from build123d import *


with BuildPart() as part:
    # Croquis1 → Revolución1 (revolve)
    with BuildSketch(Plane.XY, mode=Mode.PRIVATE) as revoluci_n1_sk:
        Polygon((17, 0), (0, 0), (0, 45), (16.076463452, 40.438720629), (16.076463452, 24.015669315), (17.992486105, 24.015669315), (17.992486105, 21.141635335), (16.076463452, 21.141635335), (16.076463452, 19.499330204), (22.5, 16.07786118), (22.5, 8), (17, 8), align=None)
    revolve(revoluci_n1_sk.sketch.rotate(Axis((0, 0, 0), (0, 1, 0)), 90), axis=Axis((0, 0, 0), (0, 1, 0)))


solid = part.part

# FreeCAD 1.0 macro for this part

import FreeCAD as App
import Part
import Sketcher
Q = App.Units.Quantity


def add_polygon(sketch, points):
    """Adds a closed chain of lines whose ends are joined by coincident constraints."""
    first, n = sketch.GeometryCount, len(points)
    for a, b in zip(points, points[1:] + points[:1]):
        sketch.addGeometry(Part.LineSegment(App.Vector(*a, 0), App.Vector(*b, 0)), False)
    for i in range(n):
        sketch.addConstraint(Sketcher.Constraint("Coincident", first + i, 2, first + (i + 1) % n, 1))

doc = App.newDocument("Part")
body = doc.addObject("PartDesign::Body", "Body")

# Sketch on XY plane
sketch1 = doc.addObject("Sketcher::SketchObject", "Sketch")
body.addObject(sketch1)
sketch1.AttachmentSupport = (doc.XY_Plane, [""])
sketch1.MapMode = "FlatFace"
add_polygon(sketch1, [(0, 0), (17, 0), (17, 8), (22.5, 8), (22.5, 16.077861), (16.076463, 19.49933), (16.076463, 21.141635), (17.992486, 21.141635), (17.992486, 24.015669), (16.076463, 24.015669), (16.076463, 40.438721), (0, 45)])  # lines 0-11
sketch1.addConstraint([
    Sketcher.Constraint("Horizontal", 0),
    Sketcher.Constraint("Vertical", 1),
    Sketcher.Constraint("Horizontal", 2),
    Sketcher.Constraint("Vertical", 3),
    Sketcher.Constraint("Vertical", 5),
    Sketcher.Constraint("Horizontal", 6),
    Sketcher.Constraint("Vertical", 7),
    Sketcher.Constraint("Horizontal", 8),
    Sketcher.Constraint("Vertical", 9),
    Sketcher.Constraint("Vertical", 11),
    Sketcher.Constraint("Coincident", 11, 2, -1, 1),
    Sketcher.Constraint("Vertical", 5, 2, 8, 2),
    Sketcher.Constraint("DistanceX", 0, 1, 0, 2, Q("17 mm")),
    Sketcher.Constraint("DistanceY", 1, 1, 1, 2, Q("8 mm")),
    Sketcher.Constraint("DistanceY", 11, 2, 11, 1, Q("45 mm")),
    Sketcher.Constraint("DistanceX", 2, 1, 2, 2, Q("5.5 mm")),
    Sketcher.Constraint("DistanceY", 3, 1, 3, 2, Q("8.077861 mm")),
    Sketcher.Constraint("DistanceY", 9, 1, 9, 2, Q("16.423051 mm")),
    Sketcher.Constraint("Distance", 4, Q("7.27793 mm")),
    Sketcher.Constraint("DistanceX", 6, 1, 6, 2, Q("1.916023 mm")),
    Sketcher.Constraint("DistanceY", 5, 1, 5, 2, Q("1.642305 mm")),
    Sketcher.Constraint("DistanceY", 7, 1, 7, 2, Q("2.874034 mm")),
    Sketcher.Constraint("DistanceY", -1, 1, 4, 2, Q("19.49933 mm")),
])
revolution = doc.addObject("PartDesign::Revolution", "Revolution")
body.addObject(revolution)
revolution.Profile = sketch1
revolution.ReferenceAxis = (sketch1, ["V_Axis"])
revolution.Angle = 360

doc.recompute()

──────

◆ **To do**: Please print the material above exactly as it appears, from its first line through the line containing "# FreeCAD 1.0 macro for this part", inclusive, and stop there.

◆ **Written reply**:
from build123d import *


with BuildPart() as part:
    # Croquis1 → Revolución1 (revolve)
    with BuildSketch(Plane.XY, mode=Mode.PRIVATE) as revoluci_n1_sk:
        Polygon((17, 0), (0, 0), (0, 45), (16.076463452, 40.438720629), (16.076463452, 24.015669315), (17.992486105, 24.015669315), (17.992486105, 21.141635335), (16.076463452, 21.141635335), (16.076463452, 19.499330204), (22.5, 16.07786118), (22.5, 8), (17, 8), align=None)
    revolve(revoluci_n1_sk.sketch.rotate(Axis((0, 0, 0), (0, 1, 0)), 90), axis=Axis((0, 0, 0), (0, 1, 0)))


solid = part.part

# FreeCAD 1.0 macro for this part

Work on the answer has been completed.